● **WHAT NEEDS TO BE DONE**: Through the line that contains "#20=EDGE_CURVE('',#14,#16,#19,.T.);", return the data below exactly, starting at its first line; leave the rest out.

● **MATERIAL SHOWN**:
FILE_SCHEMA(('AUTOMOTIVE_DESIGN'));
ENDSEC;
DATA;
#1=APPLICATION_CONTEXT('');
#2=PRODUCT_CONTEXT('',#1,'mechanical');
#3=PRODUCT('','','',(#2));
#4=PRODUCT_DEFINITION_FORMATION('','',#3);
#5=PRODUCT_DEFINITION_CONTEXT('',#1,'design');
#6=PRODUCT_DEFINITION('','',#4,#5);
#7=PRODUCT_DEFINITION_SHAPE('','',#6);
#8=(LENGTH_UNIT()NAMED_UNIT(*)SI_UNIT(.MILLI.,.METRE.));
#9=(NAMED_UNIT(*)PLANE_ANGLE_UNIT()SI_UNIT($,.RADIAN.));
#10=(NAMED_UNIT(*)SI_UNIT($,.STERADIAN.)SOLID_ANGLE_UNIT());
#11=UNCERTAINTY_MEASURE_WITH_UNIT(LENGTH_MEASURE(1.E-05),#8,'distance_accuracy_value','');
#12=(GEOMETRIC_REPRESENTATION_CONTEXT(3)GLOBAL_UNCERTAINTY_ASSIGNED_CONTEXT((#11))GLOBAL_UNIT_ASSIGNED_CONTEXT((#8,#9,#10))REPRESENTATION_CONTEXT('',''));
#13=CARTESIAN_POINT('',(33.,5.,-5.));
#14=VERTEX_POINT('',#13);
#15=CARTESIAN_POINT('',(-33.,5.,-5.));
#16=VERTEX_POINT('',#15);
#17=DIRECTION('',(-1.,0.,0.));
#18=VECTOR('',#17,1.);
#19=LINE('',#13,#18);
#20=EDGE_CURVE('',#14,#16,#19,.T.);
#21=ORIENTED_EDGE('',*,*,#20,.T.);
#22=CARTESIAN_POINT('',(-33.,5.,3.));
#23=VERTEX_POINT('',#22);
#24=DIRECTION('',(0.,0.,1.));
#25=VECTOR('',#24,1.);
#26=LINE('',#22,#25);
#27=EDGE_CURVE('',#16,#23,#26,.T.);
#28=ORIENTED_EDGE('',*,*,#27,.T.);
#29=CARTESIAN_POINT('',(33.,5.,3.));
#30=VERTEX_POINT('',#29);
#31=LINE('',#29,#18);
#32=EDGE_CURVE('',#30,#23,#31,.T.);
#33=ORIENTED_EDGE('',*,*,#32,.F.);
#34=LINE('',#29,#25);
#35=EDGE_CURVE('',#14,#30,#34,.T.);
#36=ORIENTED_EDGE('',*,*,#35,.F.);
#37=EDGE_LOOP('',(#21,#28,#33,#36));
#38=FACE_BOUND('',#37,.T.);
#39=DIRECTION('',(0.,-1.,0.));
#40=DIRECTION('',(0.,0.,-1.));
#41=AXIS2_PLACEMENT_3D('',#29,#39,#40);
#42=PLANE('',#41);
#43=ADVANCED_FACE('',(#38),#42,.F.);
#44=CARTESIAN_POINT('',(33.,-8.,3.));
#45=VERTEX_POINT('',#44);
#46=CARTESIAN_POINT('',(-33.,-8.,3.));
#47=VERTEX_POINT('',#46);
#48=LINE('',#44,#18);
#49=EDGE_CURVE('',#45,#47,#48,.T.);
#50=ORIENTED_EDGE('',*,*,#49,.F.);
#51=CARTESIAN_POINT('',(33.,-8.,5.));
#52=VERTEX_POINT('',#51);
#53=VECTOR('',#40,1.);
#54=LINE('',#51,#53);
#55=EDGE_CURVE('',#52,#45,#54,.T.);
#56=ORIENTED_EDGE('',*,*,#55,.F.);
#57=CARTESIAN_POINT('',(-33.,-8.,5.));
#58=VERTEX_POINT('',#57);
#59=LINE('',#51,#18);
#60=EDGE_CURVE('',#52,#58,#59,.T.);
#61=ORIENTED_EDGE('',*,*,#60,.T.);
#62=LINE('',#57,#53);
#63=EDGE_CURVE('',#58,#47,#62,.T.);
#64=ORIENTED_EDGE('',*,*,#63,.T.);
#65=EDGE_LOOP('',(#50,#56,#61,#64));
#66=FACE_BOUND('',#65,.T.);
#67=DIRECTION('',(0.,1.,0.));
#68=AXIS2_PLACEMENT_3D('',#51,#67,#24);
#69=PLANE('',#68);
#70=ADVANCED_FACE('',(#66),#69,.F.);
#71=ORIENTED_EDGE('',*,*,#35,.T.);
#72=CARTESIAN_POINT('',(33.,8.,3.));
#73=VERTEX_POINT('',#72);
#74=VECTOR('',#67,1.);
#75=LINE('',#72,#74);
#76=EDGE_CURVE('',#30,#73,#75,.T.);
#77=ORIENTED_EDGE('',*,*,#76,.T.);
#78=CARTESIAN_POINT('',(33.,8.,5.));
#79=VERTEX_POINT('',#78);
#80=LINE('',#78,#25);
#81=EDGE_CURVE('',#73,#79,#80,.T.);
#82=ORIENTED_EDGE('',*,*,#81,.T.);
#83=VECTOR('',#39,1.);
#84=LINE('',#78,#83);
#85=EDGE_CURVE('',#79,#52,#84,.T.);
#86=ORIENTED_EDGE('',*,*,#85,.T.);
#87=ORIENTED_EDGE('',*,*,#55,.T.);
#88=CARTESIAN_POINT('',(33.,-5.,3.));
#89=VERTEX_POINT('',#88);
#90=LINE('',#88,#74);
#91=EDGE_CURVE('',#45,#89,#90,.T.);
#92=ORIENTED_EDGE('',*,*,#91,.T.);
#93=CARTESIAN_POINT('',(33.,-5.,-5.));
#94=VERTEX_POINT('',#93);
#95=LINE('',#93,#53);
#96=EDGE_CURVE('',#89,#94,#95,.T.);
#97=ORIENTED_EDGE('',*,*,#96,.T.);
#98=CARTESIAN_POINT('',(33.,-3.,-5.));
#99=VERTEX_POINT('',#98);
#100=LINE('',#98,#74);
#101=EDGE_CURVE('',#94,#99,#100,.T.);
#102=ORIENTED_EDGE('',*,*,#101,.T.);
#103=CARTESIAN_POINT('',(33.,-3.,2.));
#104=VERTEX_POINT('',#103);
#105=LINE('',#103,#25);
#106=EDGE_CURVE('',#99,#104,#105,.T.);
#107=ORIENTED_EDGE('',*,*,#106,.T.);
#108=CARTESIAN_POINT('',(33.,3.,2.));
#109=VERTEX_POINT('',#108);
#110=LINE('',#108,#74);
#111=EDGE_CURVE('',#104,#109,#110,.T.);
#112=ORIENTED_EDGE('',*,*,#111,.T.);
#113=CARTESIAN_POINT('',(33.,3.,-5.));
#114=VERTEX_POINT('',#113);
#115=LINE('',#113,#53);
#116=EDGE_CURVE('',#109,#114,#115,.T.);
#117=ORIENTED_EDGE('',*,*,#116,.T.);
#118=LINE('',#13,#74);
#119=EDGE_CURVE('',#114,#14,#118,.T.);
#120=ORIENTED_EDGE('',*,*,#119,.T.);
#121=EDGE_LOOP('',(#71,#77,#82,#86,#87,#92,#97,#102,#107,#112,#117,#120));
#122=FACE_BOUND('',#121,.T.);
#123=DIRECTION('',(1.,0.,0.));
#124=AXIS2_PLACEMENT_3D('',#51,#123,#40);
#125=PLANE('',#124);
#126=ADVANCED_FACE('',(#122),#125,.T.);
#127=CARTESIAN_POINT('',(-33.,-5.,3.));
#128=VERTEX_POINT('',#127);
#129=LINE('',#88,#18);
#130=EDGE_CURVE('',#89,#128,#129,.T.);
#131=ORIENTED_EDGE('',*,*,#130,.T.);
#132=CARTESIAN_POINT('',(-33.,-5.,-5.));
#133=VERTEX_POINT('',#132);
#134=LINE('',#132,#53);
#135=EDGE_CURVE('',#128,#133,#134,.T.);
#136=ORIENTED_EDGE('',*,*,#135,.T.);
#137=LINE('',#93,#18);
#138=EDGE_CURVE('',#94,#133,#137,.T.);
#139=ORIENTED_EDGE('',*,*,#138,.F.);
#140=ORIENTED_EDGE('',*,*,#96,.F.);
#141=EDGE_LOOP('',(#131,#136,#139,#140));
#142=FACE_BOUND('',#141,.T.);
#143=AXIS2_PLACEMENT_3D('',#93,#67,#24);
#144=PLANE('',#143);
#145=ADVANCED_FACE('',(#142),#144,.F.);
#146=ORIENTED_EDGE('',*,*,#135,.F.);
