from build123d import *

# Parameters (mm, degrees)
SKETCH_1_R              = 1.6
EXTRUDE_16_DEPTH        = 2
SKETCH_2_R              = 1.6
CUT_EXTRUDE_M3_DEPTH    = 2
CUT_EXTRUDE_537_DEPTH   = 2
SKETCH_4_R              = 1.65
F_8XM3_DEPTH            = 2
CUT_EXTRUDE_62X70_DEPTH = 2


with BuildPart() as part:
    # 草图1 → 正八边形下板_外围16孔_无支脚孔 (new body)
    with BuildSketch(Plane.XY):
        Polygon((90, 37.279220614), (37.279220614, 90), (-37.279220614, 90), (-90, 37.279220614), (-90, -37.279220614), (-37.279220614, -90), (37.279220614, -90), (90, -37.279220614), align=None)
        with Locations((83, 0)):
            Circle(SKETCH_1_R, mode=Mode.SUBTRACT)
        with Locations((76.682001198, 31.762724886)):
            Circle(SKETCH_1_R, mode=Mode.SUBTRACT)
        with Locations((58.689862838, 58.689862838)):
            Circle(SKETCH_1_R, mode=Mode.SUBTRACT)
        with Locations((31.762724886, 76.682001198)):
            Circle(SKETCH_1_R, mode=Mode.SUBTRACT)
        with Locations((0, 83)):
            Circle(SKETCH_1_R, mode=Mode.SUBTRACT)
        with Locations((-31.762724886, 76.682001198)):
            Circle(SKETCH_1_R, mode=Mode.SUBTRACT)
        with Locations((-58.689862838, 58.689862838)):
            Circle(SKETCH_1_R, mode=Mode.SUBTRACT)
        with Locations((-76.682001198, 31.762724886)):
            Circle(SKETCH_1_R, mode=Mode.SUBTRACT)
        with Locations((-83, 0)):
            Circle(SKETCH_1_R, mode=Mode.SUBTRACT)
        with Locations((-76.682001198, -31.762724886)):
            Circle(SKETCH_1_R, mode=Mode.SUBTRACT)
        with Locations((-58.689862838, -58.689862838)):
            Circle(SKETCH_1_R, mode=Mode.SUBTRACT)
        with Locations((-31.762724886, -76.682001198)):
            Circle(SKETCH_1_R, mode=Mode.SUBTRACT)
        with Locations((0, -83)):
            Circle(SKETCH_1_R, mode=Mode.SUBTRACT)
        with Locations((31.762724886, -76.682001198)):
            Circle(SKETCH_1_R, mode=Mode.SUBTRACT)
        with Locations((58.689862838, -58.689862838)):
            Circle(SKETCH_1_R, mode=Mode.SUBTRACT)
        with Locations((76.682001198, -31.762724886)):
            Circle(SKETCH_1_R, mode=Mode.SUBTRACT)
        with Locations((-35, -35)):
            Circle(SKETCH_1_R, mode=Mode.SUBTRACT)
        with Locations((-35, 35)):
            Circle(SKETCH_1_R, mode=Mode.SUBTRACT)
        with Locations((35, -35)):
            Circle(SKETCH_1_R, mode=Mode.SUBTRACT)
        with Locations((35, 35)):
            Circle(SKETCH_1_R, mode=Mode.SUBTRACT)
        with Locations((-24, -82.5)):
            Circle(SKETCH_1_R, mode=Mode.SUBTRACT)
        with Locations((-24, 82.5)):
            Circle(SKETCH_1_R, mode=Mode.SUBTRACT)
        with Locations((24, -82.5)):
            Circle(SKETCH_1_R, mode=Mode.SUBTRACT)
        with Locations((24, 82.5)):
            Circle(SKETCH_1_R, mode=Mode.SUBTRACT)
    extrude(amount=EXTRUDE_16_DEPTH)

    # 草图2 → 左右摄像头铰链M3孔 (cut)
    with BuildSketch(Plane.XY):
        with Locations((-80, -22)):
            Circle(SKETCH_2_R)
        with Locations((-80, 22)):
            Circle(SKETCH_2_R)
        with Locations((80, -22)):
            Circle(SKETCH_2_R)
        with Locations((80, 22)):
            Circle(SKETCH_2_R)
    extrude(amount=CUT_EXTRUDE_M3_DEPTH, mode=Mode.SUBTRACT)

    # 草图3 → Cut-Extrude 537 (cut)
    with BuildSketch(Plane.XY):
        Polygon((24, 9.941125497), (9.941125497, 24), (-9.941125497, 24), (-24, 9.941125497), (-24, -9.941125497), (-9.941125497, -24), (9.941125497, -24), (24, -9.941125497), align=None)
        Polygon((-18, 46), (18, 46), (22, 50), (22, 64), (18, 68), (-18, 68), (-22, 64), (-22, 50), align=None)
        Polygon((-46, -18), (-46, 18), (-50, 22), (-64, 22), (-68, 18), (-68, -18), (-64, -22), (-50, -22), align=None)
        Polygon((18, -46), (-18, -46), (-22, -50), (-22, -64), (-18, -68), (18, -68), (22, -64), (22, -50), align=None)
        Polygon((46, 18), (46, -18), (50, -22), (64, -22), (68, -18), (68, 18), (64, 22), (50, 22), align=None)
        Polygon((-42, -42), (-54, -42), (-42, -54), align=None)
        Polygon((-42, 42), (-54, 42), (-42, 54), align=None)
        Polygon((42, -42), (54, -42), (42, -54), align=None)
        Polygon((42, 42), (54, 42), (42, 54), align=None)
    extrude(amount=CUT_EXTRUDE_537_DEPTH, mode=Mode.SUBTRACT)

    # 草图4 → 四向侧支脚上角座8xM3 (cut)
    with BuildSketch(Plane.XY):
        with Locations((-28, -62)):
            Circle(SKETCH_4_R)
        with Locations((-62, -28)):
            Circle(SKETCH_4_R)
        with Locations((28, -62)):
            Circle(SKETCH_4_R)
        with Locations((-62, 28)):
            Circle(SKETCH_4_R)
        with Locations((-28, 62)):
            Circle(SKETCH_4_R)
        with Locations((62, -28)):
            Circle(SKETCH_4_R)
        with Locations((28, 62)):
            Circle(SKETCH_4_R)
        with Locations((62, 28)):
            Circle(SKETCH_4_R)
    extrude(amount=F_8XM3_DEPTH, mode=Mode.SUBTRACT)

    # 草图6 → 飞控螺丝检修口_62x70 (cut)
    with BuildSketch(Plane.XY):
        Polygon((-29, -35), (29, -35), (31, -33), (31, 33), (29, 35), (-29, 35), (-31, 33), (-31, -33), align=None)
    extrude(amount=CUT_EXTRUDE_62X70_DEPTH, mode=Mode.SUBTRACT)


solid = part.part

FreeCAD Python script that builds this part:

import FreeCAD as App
import Part
import Sketcher

V = App.Vector
Q = App.Units.Quantity

doc = App.newDocument("Part")
body = doc.addObject("PartDesign::Body", "Body")

# Sketch on XY plane
sketch1 = body.newObject("Sketcher::SketchObject", "Sketch")
sketch1.AttachmentSupport = (doc.getObject("XY_Plane"), [""])
sketch1.MapMode = "FlatFace"
sketch1.addGeometry(Part.LineSegment(V(90, 37.3, 0), V(37.3, 90, 0)), False)
sketch1.addGeometry(Part.LineSegment(V(37.3, 90, 0), V(-37.3, 90, 0)), False)
sketch1.addGeometry(Part.LineSegment(V(-37.3, 90, 0), V(-90, 37.3, 0)), False)
sketch1.addGeometry(Part.LineSegment(V(-90, 37.3, 0), V(-90, -37.3, 0)), False)
sketch1.addGeometry(Part.LineSegment(V(-90, -37.3, 0), V(-37.3, -90, 0)), False)
sketch1.addGeometry(Part.LineSegment(V(-37.3, -90, 0), V(37.3, -90, 0)), False)
sketch1.addGeometry(Part.LineSegment(V(37.3, -90, 0), V(90, -37.3, 0)), False)
sketch1.addGeometry(Part.LineSegment(V(90, -37.3, 0), V(90, 37.3, 0)), False)
sketch1.addGeometry(Part.Circle(V(-58.7, -58.7, 0), V(0, 0, 1), 1.6), False)
sketch1.addGeometry(Part.Circle(V(-31.8, -76.7, 0), V(0, 0, 1), 1.6), False)
sketch1.addGeometry(Part.Circle(V(-24, -82.5, 0), V(0, 0, 1), 1.6), False)
sketch1.addGeometry(Part.Circle(V(-76.7, -31.8, 0), V(0, 0, 1), 1.6), False)
sketch1.addGeometry(Part.Circle(V(-35, -35, 0), V(0, 0, 1), 1.6), False)
sketch1.addGeometry(Part.Circle(V(0, -83, 0), V(0, 0, 1), 1.6), False)
sketch1.addGeometry(Part.Circle(V(24, -82.5, 0), V(0, 0, 1), 1.6), False)
sketch1.addGeometry(Part.Circle(V(31.8, -76.7, 0), V(0, 0, 1), 1.6), False)
sketch1.addGeometry(Part.Circle(V(58.7, -58.7, 0), V(0, 0, 1), 1.6), False)
sketch1.addGeometry(Part.Circle(V(35, -35, 0), V(0, 0, 1), 1.6), False)
sketch1.addGeometry(Part.Circle(V(76.7, -31.8, 0), V(0, 0, 1), 1.6), False)
sketch1.addGeometry(Part.Circle(V(-83, 0, 0), V(0, 0, 1), 1.6), False)
sketch1.addGeometry(Part.Circle(V(-76.7, 31.8, 0), V(0, 0, 1), 1.6), False)
sketch1.addGeometry(Part.Circle(V(-35, 35, 0), V(0, 0, 1), 1.6), False)
sketch1.addGeometry(Part.Circle(V(-58.7, 58.7, 0), V(0, 0, 1), 1.6), False)
sketch1.addGeometry(Part.Circle(V(-31.8, 76.7, 0), V(0, 0, 1), 1.6), False)
sketch1.addGeometry(Part.Circle(V(-24, 82.5, 0), V(0, 0, 1), 1.6), False)
sketch1.addGeometry(Part.Circle(V(35, 35, 0), V(0, 0, 1), 1.6), False)
sketch1.addGeometry(Part.Circle(V(83, 0, 0), V(0, 0, 1), 1.6), False)
sketch1.addGeometry(Part.Circle(V(76.7, 31.8, 0), V(0, 0, 1), 1.6), False)
sketch1.addGeometry(Part.Circle(V(0, 83, 0), V(0, 0, 1), 1.6), False)
sketch1.addGeometry(Part.Circle(V(24, 82.5, 0), V(0, 0, 1), 1.6), False)
sketch1.addGeometry(Part.Circle(V(31.8, 76.7, 0), V(0, 0, 1), 1.6), False)
sketch1.addGeometry(Part.Circle(V(58.7, 58.7, 0), V(0, 0, 1), 1.6), False)
sketch1.addConstraint(Sketcher.Constraint("Coincident", 0, 2, 1, 1))
sketch1.addConstraint(Sketcher.Constraint("Coincident", 1, 2, 2, 1))
sketch1.addConstraint(Sketcher.Constraint("Coincident", 2, 2, 3, 1))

● **COMPLETED TASK**:
FILE_SCHEMA(('AUTOMOTIVE_DESIGN'));
ENDSEC;
DATA;
#1=APPLICATION_CONTEXT('');
#2=PRODUCT_CONTEXT('',#1,'mechanical');
#3=PRODUCT('','','',(#2));
#4=PRODUCT_DEFINITION_FORMATION('','',#3);
#5=PRODUCT_DEFINITION_CONTEXT('',#1,'design');
#6=PRODUCT_DEFINITION('','',#4,#5);
#7=PRODUCT_DEFINITION_SHAPE('','',#6);
#8=(LENGTH_UNIT()NAMED_UNIT(*)SI_UNIT(.MILLI.,.METRE.));
#9=(NAMED_UNIT(*)PLANE_ANGLE_UNIT()SI_UNIT($,.RADIAN.));
#10=(NAMED_UNIT(*)SI_UNIT($,.STERADIAN.)SOLID_ANGLE_UNIT());
#11=UNCERTAINTY_MEASURE_WITH_UNIT(LENGTH_MEASURE(1.E-05),#8,'distance_accuracy_value','');
#12=(GEOMETRIC_REPRESENTATION_CONTEXT(3)GLOBAL_UNCERTAINTY_ASSIGNED_CONTEXT((#11))GLOBAL_UNIT_ASSIGNED_CONTEXT((#8,#9,#10))REPRESENTATION_CONTEXT('',''));
#13=CARTESIAN_POINT('',(33.,5.,-5.));
#14=VERTEX_POINT('',#13);
#15=CARTESIAN_POINT('',(-33.,5.,-5.));
#16=VERTEX_POINT('',#15);
#17=DIRECTION('',(-1.,0.,0.));
#18=VECTOR('',#17,1.);
#19=LINE('',#13,#18);
#20=EDGE_CURVE('',#14,#16,#19,.T.);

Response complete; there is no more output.